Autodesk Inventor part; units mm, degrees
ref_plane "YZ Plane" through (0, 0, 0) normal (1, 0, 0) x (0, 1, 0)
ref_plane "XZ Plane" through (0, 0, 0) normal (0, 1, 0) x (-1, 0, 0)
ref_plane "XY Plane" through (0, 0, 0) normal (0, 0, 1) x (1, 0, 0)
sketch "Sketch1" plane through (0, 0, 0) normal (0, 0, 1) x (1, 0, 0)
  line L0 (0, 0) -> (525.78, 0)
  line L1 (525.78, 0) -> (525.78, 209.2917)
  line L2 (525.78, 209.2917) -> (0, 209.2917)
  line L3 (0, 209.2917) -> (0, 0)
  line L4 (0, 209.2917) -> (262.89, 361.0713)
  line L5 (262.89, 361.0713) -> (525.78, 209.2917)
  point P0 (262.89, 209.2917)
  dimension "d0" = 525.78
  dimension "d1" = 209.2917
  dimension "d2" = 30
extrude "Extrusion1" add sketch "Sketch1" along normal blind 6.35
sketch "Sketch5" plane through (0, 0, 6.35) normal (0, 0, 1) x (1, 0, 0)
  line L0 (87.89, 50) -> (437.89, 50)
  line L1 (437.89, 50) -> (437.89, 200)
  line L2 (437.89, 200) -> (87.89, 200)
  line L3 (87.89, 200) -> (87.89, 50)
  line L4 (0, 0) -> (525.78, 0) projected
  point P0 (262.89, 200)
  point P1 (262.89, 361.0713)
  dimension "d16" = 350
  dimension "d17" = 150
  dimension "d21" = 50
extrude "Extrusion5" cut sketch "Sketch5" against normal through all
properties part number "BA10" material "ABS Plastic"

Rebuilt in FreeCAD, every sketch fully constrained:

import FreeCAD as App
import Part
import Sketcher
Q = App.Units.Quantity


def add_polygon(sketch, points):
    """Adds a closed chain of lines whose ends are joined by coincident constraints."""
    first, n = sketch.GeometryCount, len(points)
    for a, b in zip(points, points[1:] + points[:1]):
        sketch.addGeometry(Part.LineSegment(App.Vector(*a, 0), App.Vector(*b, 0)), False)
    for i in range(n):
        sketch.addConstraint(Sketcher.Constraint("Coincident", first + i, 2, first + (i + 1) % n, 1))

doc = App.newDocument("Part")
body = doc.addObject("PartDesign::Body", "Body")

sketch1 = body.newObject("Sketcher::SketchObject", "Sketch")
sketch1.AttachmentSupport = (doc.getObject("XY_Plane"), [""])
sketch1.MapMode = "FlatFace"
add_polygon(sketch1, [(0, 209), (0, 0), (526, 0), (526, 209), (263, 361)])
sketch1.addConstraint([
    Sketcher.Constraint("Vertical", 0),
    Sketcher.Constraint("Horizontal", 1),
    Sketcher.Constraint("Vertical", 2),
    Sketcher.Constraint("Coincident", 0, 2, -1, 1),
    Sketcher.Constraint("Horizontal", 2, 2, 4, 2),
    Sketcher.Constraint("Equal", 3, 4),
    Sketcher.Constraint("DistanceX", 1, 1, 1, 2, Q("20.7 in")),
    Sketcher.Constraint("Angle", 3, Q("150 deg")),
    Sketcher.Constraint("DistanceY", 0, 2, 0, 1, 209.2917),
])
pad1 = body.newObject("PartDesign::Pad", "Pad")
pad1.Profile = sketch1
pad1.Length = Q("0.25 in")

sketch2 = body.newObject("Sketcher::SketchObject", "Sketch001")
sketch2.AttachmentSupport = (doc.getObject("XY_Plane"), [""])
sketch2.MapMode = "FlatFace"
sketch2.AttachmentOffset = App.Placement(App.Vector(0, 0, 0.25 * 25.4), App.Rotation())
add_polygon(sketch2, [(88, 200), (88, 50), (438, 50), (438, 200)])
sketch2.addConstraint([
    Sketcher.Constraint("Vertical", 0),
    Sketcher.Constraint("Horizontal", 1),
    Sketcher.Constraint("Vertical", 2),
    Sketcher.Constraint("Horizontal", 3),
    Sketcher.Constraint("DistanceY", 0, 2, 0, 1, Q("5.9055 in")),
    Sketcher.Constraint("DistanceX", 1, 1, 1, 2, 350.0),
    Sketcher.Constraint("DistanceY", -1, 1, 0, 2, Q("1.9685 in")),
    Sketcher.Constraint("DistanceX", -1, 1, 0, 2, 87.89),
])
pocket1 = body.newObject("PartDesign::Pocket", "Pocket")
pocket1.Profile = sketch2
pocket1.Type = "ThroughAll"

doc.recompute()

### Exercise prompt
Your response should contain each line of the entries above that holds the string "dimension".

### Reply
  dimension "d0" = 525.78
  dimension "d1" = 209.2917
  dimension "d2" = 30
  dimension "d16" = 350
  dimension "d17" = 150
  dimension "d21" = 50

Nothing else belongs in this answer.